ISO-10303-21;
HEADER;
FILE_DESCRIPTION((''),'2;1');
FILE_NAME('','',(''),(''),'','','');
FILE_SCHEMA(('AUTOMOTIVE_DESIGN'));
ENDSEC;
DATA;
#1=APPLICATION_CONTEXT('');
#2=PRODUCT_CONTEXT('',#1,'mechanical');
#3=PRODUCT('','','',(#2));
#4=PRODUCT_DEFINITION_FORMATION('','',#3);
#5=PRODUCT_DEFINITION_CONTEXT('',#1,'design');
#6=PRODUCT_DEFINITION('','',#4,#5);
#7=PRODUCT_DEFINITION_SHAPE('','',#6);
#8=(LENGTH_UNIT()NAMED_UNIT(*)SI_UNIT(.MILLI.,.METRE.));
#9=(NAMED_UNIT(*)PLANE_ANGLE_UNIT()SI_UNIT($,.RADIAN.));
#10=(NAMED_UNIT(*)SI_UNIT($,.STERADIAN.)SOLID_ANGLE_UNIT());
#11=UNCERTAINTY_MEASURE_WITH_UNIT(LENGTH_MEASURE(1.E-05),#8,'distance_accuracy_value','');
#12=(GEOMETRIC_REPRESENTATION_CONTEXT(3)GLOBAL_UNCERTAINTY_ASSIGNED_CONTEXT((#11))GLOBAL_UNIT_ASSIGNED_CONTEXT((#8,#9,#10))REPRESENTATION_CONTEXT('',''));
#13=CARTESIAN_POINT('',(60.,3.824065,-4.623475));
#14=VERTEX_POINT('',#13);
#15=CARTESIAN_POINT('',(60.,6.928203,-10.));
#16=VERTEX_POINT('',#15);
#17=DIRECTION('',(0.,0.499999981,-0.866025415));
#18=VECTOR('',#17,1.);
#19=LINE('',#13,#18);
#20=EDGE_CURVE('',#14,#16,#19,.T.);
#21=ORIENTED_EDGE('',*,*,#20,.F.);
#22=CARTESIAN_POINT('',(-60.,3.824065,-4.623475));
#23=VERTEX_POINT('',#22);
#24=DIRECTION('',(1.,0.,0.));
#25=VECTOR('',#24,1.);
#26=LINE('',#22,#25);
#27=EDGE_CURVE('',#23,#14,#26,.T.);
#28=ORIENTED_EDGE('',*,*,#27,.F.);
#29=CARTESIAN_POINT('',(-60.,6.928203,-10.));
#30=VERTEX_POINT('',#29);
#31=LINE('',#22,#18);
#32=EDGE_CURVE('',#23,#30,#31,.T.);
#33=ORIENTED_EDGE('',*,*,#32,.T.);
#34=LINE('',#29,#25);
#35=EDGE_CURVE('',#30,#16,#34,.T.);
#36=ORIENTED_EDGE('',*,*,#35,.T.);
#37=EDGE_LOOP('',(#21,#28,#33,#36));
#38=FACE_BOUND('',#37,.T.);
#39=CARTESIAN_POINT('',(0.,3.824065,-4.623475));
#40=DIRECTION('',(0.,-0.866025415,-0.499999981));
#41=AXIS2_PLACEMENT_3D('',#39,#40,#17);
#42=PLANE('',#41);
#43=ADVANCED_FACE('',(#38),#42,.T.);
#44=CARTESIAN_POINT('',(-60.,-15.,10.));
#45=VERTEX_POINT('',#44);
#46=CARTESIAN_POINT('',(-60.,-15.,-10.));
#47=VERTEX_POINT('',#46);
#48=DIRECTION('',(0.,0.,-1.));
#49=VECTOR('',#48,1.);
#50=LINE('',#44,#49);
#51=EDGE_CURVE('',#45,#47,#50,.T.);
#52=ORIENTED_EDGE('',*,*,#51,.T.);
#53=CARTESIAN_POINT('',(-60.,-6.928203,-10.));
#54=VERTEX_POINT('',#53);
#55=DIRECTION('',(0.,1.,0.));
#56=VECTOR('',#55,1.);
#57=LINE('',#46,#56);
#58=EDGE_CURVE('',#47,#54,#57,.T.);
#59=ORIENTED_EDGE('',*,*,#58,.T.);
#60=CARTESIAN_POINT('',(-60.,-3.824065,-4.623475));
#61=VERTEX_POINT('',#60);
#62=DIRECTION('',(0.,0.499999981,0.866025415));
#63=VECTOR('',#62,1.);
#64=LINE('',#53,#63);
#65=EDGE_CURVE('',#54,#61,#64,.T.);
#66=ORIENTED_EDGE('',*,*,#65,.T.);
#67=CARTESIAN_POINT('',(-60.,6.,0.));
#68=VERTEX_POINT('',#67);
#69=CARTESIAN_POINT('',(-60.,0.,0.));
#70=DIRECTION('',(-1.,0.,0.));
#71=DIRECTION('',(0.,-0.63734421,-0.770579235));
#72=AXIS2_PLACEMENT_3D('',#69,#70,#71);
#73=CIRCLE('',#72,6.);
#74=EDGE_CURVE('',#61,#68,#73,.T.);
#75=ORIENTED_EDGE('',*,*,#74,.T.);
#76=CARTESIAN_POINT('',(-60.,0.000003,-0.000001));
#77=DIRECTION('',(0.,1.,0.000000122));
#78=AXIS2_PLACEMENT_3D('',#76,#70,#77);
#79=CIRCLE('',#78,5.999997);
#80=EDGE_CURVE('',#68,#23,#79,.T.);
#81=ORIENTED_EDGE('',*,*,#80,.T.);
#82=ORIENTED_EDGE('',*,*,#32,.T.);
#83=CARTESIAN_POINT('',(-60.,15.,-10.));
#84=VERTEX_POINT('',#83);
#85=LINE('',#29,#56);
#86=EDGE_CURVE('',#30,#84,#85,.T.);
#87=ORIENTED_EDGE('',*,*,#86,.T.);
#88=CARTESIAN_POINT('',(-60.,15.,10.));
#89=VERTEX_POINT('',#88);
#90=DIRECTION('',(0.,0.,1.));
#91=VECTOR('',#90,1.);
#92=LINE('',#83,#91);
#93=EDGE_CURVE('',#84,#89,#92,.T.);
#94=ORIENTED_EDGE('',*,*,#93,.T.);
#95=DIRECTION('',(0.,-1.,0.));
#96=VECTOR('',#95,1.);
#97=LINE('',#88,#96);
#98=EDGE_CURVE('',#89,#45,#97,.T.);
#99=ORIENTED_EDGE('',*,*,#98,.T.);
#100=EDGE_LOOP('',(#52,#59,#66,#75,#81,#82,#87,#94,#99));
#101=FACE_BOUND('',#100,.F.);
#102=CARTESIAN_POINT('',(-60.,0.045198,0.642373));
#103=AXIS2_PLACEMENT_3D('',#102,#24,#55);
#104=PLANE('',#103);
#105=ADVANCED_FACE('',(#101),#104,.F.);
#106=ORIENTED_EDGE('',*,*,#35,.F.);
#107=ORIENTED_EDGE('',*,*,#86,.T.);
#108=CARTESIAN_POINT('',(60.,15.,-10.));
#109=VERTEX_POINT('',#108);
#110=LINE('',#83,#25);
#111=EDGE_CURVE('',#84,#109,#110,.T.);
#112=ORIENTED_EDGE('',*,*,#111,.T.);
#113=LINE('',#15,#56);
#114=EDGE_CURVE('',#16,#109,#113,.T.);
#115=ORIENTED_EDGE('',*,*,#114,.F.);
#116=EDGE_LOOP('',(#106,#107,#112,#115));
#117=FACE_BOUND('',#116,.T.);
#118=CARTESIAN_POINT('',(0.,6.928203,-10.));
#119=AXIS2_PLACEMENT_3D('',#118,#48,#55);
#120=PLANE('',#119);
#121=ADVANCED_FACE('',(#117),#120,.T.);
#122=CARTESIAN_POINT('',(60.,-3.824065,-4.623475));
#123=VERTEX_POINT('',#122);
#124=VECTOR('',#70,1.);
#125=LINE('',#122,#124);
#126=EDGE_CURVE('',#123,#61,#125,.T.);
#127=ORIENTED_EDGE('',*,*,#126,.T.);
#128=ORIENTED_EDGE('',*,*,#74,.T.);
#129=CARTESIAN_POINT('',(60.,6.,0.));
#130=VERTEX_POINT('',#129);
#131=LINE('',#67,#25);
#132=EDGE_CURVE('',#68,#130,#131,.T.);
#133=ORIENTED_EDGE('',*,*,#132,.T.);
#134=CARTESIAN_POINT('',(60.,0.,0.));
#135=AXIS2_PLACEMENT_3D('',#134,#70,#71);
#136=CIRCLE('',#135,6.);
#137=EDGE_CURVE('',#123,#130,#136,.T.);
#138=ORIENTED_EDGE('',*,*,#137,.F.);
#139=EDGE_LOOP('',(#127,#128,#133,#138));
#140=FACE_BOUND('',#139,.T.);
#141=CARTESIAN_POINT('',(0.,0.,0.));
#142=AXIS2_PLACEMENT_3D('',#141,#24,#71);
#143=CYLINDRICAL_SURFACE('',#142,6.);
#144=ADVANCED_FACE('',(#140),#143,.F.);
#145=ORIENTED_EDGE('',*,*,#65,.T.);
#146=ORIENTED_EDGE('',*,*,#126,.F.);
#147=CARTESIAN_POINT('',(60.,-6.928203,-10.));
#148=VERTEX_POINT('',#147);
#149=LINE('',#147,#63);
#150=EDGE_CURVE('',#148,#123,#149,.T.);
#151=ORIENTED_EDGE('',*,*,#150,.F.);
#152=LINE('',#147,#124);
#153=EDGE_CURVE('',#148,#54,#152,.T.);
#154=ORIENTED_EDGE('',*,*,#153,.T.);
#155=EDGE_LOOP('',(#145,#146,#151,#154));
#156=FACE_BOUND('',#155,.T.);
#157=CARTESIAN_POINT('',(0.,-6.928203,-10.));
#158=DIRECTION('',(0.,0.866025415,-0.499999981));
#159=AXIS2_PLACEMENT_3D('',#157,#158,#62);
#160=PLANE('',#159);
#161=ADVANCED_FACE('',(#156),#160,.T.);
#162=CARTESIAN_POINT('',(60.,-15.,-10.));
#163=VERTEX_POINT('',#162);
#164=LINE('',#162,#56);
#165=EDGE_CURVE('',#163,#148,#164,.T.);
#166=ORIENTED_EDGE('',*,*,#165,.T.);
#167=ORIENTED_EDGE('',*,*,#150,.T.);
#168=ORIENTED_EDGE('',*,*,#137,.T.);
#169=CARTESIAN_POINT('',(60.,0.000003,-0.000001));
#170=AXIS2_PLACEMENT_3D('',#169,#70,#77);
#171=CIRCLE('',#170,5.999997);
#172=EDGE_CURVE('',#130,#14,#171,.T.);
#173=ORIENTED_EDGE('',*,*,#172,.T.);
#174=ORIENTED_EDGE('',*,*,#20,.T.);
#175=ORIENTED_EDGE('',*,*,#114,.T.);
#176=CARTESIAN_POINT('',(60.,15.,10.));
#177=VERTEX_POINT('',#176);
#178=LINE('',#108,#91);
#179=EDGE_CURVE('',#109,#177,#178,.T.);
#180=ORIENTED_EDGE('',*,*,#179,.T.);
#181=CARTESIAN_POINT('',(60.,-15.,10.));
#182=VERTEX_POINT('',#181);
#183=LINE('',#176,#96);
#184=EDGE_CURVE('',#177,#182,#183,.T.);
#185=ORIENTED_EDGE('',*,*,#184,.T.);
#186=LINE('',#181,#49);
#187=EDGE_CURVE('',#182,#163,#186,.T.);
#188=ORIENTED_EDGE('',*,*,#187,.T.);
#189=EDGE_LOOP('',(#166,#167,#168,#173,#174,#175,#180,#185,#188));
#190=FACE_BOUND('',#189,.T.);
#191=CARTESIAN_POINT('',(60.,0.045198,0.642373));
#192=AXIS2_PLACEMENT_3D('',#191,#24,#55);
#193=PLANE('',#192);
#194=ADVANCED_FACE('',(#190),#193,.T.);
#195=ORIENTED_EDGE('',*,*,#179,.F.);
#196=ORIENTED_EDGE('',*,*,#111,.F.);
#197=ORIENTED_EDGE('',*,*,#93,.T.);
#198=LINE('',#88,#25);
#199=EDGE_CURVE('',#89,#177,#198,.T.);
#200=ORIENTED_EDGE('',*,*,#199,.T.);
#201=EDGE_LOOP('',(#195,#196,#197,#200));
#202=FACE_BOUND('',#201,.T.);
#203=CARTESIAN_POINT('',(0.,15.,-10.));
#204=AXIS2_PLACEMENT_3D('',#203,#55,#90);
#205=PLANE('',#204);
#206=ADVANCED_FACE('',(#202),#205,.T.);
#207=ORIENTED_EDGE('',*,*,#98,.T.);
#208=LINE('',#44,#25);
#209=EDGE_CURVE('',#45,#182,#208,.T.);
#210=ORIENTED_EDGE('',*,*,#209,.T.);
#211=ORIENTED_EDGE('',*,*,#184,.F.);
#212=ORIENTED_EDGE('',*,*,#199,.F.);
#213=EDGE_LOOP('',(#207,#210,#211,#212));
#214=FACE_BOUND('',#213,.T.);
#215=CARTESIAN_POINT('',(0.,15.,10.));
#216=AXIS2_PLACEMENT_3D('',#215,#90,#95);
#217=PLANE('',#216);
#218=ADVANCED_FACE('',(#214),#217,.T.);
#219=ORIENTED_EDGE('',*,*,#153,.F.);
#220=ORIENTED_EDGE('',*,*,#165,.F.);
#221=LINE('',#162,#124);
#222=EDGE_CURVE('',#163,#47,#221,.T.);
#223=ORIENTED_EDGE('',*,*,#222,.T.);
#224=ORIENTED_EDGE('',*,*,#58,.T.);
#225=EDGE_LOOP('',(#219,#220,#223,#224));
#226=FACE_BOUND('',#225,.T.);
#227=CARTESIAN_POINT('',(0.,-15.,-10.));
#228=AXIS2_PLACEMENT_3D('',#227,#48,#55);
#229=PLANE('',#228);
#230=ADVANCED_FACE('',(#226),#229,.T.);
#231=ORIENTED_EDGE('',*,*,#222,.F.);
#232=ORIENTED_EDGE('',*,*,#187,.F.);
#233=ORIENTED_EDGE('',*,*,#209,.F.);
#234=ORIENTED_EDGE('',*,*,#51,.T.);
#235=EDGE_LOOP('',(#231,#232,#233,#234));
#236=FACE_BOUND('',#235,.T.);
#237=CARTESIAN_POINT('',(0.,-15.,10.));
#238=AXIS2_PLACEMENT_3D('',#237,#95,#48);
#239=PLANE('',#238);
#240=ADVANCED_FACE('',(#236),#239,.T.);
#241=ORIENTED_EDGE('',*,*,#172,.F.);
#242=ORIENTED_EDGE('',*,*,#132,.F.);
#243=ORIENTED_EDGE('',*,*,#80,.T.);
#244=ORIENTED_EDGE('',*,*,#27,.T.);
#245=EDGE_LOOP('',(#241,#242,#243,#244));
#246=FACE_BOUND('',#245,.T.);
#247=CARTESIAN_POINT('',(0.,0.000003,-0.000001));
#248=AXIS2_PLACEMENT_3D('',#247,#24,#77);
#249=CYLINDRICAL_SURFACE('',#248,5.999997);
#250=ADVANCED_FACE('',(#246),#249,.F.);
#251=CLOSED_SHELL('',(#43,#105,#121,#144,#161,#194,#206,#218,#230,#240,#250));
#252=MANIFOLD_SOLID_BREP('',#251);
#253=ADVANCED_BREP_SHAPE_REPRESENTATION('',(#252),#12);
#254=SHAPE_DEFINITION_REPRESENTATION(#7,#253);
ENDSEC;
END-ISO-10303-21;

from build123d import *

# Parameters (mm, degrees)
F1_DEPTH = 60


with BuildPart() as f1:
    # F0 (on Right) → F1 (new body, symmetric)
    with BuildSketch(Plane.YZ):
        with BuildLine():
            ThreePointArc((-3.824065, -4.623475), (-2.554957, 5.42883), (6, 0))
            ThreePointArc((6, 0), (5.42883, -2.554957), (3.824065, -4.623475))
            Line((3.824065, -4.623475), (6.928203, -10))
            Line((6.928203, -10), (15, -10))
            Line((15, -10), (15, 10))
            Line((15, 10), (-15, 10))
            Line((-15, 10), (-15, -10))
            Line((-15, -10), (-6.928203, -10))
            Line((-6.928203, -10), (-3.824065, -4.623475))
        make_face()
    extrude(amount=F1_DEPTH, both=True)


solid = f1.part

____

PROBLEM TO WORK ON: Please transcribe only the lines in the records above running from the line that has "#123=VERTEX_POINT('',#122);" through the line that has "#137=EDGE_CURVE('',#123,#130,#136,.T.);", both included, exactly as they appear.

RESPONSE TO THIS EXERCISE:
#123=VERTEX_POINT('',#122);
#124=VECTOR('',#70,1.);
#125=LINE('',#122,#124);
#126=EDGE_CURVE('',#123,#61,#125,.T.);
#127=ORIENTED_EDGE('',*,*,#126,.T.);
#128=ORIENTED_EDGE('',*,*,#74,.T.);
#129=CARTESIAN_POINT('',(60.,6.,0.));
#130=VERTEX_POINT('',#129);
#131=LINE('',#67,#25);
#132=EDGE_CURVE('',#68,#130,#131,.T.);
#133=ORIENTED_EDGE('',*,*,#132,.T.);
#134=CARTESIAN_POINT('',(60.,0.,0.));
#135=AXIS2_PLACEMENT_3D('',#134,#70,#71);
#136=CIRCLE('',#135,6.);
#137=EDGE_CURVE('',#123,#130,#136,.T.);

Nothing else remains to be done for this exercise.